**Exercise:** From the entries below, retype only the lines from the one with "v -0.422 2.21 -54" through the one with "v -2.179 -0.56 -54", exactly as written.

[Collected data]
══════════
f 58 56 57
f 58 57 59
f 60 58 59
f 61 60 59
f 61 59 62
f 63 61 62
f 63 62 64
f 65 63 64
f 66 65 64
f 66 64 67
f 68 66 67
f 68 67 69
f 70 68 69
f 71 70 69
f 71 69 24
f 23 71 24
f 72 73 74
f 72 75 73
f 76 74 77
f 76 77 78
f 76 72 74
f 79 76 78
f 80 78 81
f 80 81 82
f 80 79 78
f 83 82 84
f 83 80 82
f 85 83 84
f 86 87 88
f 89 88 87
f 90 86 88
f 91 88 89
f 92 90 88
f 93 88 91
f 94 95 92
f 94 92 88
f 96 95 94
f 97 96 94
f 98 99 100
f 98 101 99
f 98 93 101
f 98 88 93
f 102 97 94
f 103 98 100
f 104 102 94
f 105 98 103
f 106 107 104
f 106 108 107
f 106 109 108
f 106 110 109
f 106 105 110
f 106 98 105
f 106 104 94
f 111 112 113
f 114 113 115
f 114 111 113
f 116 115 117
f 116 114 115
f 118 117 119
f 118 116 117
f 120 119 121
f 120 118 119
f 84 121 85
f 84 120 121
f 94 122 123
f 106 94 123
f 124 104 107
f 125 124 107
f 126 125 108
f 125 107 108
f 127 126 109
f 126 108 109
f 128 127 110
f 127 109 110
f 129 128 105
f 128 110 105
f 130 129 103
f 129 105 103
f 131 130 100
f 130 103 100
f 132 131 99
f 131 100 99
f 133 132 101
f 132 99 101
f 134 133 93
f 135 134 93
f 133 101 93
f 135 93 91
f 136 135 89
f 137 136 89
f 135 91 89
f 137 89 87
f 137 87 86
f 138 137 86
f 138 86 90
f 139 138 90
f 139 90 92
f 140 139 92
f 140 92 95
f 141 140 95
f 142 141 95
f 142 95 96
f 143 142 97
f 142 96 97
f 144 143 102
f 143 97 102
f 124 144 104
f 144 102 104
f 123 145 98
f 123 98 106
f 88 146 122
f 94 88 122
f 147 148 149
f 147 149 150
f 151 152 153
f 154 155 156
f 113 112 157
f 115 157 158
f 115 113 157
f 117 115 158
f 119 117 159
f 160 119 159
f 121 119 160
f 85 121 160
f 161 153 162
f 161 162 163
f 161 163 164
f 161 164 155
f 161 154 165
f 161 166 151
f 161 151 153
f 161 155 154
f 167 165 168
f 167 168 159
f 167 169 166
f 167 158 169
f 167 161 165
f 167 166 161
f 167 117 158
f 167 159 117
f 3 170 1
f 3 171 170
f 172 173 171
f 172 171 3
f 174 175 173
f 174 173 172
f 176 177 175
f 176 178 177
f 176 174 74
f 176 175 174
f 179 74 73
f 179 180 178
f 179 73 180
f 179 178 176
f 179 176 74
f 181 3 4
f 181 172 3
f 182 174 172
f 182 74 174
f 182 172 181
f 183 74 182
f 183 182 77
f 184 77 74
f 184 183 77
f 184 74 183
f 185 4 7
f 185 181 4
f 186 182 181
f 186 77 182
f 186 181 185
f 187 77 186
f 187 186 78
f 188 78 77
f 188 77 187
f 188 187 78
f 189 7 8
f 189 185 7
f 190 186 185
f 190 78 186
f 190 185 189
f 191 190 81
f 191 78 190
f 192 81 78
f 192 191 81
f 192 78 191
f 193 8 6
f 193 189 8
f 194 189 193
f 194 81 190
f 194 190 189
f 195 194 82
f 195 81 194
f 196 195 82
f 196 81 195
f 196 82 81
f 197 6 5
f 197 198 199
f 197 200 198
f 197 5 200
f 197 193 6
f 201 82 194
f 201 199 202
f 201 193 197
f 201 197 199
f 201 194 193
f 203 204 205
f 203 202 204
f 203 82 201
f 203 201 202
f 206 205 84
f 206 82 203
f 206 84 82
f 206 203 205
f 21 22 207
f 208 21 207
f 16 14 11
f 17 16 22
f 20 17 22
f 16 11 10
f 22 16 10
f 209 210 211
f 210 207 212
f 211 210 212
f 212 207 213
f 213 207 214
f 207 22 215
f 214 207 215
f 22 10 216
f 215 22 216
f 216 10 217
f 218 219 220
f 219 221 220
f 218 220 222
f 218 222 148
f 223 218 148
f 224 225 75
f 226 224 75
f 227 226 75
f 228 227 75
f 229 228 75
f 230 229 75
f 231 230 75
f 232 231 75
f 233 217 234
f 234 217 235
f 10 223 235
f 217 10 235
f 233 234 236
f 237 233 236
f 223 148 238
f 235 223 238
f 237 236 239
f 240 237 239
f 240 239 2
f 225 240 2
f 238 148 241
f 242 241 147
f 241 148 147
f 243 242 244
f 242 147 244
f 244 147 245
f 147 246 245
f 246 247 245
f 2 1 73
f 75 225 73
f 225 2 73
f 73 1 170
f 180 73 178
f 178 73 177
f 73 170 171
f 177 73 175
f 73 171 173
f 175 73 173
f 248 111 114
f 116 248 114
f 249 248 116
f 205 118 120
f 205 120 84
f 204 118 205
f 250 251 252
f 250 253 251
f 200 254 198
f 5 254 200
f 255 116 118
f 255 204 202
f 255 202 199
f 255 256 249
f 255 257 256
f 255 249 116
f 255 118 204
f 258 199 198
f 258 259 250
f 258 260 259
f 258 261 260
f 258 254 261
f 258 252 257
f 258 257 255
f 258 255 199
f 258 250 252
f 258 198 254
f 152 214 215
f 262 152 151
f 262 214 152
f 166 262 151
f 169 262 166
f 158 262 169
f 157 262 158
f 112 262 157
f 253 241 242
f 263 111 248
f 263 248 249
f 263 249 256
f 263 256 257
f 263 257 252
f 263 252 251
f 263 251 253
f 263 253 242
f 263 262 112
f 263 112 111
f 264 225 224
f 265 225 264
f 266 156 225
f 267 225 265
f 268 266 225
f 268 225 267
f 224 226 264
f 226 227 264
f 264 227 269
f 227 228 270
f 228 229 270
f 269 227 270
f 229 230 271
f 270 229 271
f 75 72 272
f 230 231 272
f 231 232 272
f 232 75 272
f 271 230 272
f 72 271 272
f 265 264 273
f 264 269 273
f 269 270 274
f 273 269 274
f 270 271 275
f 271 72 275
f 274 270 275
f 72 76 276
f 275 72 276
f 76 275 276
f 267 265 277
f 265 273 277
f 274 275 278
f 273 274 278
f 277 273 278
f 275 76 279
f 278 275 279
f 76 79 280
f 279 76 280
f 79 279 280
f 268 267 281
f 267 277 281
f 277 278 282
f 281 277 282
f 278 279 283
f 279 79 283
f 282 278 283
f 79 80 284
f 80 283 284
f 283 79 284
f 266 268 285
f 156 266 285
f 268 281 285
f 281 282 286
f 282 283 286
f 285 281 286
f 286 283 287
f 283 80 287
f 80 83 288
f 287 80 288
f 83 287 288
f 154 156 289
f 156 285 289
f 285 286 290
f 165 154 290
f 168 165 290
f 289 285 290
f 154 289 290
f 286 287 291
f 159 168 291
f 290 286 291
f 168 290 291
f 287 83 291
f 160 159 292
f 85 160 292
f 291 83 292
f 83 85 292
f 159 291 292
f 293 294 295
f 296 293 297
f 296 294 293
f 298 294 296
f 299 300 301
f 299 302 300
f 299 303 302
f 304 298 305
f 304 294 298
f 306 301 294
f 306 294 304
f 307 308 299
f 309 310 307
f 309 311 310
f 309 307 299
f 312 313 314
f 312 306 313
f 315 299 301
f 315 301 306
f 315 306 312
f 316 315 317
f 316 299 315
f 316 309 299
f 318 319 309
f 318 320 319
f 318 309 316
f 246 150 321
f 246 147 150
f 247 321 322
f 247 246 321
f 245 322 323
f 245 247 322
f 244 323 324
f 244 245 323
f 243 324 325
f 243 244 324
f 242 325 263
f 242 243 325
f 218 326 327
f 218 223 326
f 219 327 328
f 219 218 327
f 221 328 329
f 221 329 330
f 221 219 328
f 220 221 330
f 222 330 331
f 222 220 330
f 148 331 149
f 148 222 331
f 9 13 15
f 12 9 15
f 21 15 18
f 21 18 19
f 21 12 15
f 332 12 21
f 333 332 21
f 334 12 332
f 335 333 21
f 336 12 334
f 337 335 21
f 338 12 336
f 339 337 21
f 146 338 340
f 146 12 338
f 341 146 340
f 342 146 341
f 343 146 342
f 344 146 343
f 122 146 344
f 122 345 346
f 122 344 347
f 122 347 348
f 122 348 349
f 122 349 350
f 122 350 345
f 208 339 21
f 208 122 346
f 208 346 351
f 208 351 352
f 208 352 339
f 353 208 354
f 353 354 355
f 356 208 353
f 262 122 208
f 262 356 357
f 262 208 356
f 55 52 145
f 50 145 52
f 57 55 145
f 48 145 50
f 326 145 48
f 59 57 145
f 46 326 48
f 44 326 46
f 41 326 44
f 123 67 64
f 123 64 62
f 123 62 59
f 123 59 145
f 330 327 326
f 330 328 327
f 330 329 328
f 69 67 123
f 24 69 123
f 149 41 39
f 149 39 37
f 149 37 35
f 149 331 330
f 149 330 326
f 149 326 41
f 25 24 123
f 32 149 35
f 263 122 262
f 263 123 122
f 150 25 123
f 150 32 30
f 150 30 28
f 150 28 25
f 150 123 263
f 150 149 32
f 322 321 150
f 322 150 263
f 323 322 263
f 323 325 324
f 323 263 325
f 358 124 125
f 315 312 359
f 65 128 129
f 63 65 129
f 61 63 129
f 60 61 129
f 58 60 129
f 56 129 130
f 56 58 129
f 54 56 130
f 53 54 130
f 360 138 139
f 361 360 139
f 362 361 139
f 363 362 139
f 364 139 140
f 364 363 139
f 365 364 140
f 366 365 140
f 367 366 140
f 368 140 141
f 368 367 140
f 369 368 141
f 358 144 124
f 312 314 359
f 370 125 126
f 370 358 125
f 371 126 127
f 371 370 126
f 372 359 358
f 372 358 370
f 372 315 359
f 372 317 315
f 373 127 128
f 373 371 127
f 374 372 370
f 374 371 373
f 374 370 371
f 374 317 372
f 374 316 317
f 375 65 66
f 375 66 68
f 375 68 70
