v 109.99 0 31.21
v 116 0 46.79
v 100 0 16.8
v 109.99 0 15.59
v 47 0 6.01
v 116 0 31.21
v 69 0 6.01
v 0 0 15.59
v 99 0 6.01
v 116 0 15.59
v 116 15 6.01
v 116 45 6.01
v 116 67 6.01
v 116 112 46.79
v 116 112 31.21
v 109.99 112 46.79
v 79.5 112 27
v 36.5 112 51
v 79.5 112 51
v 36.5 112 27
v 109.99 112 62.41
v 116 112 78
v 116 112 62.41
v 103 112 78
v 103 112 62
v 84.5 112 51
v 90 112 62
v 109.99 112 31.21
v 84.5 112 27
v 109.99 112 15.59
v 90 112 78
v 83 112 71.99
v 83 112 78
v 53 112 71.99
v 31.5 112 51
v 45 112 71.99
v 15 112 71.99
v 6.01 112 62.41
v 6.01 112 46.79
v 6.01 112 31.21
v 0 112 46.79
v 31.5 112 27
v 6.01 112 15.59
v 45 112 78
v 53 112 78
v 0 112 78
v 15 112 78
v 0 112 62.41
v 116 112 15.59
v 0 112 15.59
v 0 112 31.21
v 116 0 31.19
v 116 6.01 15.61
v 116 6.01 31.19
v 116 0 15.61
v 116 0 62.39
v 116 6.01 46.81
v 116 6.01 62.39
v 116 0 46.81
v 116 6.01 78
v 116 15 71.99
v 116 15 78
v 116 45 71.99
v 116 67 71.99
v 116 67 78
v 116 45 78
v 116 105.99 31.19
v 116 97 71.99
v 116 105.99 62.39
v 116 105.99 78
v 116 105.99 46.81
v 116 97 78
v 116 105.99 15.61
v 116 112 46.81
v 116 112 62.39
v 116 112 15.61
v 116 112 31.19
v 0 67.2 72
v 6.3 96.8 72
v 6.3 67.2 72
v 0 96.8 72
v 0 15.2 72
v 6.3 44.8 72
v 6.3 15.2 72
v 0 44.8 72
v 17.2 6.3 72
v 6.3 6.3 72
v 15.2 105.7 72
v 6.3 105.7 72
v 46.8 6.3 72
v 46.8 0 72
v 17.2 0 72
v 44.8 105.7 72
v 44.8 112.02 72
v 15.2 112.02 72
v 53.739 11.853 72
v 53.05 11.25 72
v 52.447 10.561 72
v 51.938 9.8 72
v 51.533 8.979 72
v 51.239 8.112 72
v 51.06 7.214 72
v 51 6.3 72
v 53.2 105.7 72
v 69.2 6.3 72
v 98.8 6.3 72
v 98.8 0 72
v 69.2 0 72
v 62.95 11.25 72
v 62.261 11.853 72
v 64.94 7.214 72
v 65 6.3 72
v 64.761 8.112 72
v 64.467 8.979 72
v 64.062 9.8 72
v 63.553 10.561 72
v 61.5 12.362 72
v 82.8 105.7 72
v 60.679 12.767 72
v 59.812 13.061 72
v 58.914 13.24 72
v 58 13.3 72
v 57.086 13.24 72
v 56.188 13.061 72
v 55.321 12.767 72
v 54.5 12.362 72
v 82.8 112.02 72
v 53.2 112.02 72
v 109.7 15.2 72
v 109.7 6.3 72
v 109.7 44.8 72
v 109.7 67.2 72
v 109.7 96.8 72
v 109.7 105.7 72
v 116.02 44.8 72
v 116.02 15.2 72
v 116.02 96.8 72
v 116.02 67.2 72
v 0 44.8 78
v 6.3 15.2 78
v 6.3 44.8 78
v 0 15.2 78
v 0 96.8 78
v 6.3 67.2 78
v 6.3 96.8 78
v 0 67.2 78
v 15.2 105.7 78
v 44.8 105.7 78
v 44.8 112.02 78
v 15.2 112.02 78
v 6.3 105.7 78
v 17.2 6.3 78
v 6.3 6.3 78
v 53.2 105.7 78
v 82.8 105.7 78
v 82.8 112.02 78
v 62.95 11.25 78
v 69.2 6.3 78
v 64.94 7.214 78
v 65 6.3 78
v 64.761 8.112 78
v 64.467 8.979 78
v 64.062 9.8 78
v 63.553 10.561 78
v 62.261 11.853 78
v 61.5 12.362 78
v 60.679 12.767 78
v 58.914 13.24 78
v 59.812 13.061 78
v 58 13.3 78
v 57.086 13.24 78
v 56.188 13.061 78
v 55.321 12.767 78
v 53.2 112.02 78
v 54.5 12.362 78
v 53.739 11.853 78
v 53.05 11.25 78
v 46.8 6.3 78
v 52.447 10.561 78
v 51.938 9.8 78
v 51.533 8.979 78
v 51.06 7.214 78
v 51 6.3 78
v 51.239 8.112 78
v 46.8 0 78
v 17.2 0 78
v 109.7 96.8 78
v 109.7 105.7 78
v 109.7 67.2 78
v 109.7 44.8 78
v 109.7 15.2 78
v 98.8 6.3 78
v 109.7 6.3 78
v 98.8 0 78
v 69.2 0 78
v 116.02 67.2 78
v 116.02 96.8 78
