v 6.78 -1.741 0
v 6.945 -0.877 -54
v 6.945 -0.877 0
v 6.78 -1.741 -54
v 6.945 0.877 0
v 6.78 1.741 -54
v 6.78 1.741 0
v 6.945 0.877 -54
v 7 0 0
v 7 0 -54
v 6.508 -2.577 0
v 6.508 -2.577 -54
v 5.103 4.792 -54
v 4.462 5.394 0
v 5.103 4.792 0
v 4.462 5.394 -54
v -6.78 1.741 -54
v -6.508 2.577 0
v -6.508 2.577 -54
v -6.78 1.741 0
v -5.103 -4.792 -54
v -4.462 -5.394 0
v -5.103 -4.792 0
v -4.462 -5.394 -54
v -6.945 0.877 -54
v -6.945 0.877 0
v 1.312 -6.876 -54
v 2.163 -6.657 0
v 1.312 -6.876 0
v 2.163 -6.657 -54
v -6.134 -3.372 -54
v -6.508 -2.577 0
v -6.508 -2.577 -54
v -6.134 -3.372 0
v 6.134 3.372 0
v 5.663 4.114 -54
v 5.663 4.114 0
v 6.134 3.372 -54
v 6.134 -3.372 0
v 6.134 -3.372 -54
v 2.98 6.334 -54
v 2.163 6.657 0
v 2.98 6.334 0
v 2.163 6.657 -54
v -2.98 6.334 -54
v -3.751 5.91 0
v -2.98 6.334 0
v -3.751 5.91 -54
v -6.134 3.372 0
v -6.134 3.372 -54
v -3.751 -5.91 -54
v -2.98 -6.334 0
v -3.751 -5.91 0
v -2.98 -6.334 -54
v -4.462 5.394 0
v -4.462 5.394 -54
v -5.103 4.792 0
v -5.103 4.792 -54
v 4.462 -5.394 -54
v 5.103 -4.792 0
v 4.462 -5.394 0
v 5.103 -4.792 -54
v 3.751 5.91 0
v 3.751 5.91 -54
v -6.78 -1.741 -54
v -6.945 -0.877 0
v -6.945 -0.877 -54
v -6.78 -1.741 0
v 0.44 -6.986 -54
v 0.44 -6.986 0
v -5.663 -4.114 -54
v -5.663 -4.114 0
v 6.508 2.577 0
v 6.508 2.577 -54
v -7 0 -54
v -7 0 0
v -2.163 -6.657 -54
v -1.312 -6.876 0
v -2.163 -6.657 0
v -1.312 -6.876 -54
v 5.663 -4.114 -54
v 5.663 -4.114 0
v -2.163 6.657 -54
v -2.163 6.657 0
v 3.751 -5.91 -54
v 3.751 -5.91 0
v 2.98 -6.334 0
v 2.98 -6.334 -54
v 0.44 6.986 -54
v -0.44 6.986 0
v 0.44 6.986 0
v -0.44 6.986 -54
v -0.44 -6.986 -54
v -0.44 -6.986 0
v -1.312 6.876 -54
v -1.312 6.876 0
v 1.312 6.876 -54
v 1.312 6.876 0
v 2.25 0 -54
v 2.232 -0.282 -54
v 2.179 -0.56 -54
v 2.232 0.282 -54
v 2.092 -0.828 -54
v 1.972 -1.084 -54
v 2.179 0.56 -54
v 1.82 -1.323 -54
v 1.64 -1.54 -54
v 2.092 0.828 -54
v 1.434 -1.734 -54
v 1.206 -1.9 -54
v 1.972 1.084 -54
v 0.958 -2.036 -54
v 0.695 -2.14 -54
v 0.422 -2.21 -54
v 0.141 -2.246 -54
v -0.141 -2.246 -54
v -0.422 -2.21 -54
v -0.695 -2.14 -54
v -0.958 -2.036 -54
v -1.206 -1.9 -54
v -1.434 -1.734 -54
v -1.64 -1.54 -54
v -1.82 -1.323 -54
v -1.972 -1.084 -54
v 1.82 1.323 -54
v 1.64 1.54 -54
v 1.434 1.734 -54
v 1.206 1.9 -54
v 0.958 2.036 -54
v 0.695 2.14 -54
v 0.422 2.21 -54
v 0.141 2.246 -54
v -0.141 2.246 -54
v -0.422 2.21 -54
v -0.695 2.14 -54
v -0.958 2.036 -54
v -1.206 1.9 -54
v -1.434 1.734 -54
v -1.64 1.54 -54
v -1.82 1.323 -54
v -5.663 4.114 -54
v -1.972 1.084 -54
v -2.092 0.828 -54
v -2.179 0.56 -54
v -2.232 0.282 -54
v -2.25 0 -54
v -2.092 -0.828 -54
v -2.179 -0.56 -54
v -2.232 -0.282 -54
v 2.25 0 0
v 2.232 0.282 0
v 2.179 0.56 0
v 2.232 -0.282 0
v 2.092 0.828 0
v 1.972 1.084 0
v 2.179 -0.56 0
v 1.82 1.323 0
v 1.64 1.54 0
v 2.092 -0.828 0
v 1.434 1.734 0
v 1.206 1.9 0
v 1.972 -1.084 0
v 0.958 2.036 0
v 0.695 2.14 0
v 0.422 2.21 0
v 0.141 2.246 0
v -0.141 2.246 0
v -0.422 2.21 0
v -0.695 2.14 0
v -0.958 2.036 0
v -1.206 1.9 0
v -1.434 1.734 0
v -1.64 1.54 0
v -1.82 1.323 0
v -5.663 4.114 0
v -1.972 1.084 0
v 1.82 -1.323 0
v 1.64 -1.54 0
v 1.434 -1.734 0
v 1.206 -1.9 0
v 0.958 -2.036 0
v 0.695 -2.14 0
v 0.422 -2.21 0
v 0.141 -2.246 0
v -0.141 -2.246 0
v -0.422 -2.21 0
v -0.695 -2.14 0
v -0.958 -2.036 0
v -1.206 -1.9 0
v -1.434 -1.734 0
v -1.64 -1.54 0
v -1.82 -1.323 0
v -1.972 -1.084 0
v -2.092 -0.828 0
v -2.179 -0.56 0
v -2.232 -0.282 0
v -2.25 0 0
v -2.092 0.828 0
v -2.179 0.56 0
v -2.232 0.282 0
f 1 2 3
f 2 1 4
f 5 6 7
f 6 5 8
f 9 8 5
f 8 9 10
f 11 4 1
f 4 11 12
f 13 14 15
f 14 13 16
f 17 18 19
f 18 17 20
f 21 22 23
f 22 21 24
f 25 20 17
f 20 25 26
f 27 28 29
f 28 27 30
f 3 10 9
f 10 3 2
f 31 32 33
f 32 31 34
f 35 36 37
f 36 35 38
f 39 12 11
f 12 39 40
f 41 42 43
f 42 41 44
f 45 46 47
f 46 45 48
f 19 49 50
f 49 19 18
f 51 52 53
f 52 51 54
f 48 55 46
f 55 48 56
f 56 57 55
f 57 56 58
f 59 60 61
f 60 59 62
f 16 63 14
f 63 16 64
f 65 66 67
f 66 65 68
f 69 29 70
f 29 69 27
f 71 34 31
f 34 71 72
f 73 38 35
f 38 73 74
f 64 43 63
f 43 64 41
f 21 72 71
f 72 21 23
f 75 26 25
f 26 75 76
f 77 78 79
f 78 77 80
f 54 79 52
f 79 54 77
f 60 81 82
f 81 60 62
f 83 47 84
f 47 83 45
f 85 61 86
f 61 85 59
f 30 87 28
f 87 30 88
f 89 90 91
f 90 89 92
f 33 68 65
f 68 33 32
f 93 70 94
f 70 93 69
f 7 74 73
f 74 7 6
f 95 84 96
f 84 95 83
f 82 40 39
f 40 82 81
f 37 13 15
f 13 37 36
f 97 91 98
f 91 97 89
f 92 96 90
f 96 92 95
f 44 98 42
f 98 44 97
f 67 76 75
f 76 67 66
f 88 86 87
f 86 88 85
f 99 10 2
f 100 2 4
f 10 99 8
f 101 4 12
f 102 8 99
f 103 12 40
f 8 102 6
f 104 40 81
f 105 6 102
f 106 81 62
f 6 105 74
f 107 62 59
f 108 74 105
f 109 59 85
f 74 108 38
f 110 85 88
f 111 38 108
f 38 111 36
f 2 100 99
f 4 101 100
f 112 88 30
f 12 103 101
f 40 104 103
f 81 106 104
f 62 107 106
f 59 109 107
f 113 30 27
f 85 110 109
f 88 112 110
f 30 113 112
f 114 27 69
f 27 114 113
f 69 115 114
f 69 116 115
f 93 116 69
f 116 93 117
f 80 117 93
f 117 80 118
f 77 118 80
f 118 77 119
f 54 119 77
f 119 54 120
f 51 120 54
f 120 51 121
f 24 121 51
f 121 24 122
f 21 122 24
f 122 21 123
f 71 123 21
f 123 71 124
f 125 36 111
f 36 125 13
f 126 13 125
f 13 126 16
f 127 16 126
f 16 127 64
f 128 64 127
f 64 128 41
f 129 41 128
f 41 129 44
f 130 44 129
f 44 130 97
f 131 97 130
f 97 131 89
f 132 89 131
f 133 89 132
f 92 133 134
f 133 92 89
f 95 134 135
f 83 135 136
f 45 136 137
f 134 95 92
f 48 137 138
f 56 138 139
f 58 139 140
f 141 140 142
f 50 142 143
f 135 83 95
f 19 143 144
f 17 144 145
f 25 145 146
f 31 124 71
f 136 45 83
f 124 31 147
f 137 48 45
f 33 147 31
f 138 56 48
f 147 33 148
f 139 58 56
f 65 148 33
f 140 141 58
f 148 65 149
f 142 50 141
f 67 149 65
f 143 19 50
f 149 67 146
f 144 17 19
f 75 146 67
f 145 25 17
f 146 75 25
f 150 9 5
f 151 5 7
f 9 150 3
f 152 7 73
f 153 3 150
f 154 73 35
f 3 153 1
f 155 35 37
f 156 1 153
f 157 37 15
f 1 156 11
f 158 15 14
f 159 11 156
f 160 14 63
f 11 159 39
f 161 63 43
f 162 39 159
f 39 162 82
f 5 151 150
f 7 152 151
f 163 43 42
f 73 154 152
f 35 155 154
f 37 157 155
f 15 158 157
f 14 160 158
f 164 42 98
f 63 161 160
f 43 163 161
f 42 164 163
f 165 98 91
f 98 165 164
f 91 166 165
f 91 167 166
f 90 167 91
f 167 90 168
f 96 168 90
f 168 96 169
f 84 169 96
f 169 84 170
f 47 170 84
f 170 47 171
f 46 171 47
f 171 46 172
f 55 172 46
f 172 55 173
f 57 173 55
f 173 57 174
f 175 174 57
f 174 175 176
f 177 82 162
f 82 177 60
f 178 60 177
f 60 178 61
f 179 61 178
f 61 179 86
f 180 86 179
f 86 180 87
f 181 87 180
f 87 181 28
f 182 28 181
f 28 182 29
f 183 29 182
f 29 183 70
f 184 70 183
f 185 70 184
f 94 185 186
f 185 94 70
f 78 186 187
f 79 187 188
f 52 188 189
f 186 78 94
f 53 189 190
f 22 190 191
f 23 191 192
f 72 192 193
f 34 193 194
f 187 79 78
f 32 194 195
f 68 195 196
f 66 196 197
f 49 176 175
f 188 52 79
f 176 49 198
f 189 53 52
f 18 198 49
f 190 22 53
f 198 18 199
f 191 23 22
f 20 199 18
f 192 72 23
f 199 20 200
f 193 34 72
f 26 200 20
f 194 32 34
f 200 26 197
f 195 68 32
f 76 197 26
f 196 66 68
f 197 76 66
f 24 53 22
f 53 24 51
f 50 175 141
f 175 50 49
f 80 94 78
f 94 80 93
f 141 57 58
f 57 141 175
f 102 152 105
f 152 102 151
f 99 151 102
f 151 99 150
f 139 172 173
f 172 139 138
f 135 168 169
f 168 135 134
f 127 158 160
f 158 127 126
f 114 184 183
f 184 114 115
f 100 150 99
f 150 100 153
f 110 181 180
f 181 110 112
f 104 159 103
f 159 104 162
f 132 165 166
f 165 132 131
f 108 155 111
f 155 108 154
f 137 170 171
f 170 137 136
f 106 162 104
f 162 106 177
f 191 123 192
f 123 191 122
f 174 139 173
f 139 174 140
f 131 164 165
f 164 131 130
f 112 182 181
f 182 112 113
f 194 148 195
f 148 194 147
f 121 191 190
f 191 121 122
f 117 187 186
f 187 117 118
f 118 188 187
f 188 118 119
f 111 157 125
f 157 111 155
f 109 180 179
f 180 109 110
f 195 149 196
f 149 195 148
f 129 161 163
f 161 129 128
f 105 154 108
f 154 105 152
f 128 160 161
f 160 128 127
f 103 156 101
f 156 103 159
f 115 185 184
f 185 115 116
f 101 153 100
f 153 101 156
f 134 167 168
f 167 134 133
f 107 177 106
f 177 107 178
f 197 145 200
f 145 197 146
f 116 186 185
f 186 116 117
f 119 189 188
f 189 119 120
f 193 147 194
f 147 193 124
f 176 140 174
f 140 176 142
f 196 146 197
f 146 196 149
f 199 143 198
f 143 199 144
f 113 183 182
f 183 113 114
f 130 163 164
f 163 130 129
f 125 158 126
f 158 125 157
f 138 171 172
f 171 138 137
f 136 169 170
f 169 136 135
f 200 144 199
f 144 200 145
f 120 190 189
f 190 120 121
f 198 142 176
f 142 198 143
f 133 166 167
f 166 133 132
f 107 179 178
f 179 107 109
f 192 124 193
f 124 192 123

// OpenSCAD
$fn = 50;


difference() {
	union() {
		translate(v = [0, 0, -54.0000000000]) {
			cylinder(h = 54, r = 7.0000000000);
		}
		cylinder(h = 0, r = 10.0000000000);
	}
	union() {
		#translate(v = [0, 0, -54]) {
			cylinder(h = 54, r = 2.2500000000);
		}
	}
}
══════════
**Task answer:**
v -0.422 2.21 -54
v -0.695 2.14 -54
v -0.958 2.036 -54
v -1.206 1.9 -54
v -1.434 1.734 -54
v -1.64 1.54 -54
v -1.82 1.323 -54
v -5.663 4.114 -54
v -1.972 1.084 -54
v -2.092 0.828 -54
v -2.179 0.56 -54
v -2.232 0.282 -54
v -2.25 0 -54
v -2.092 -0.828 -54
v -2.179 -0.56 -54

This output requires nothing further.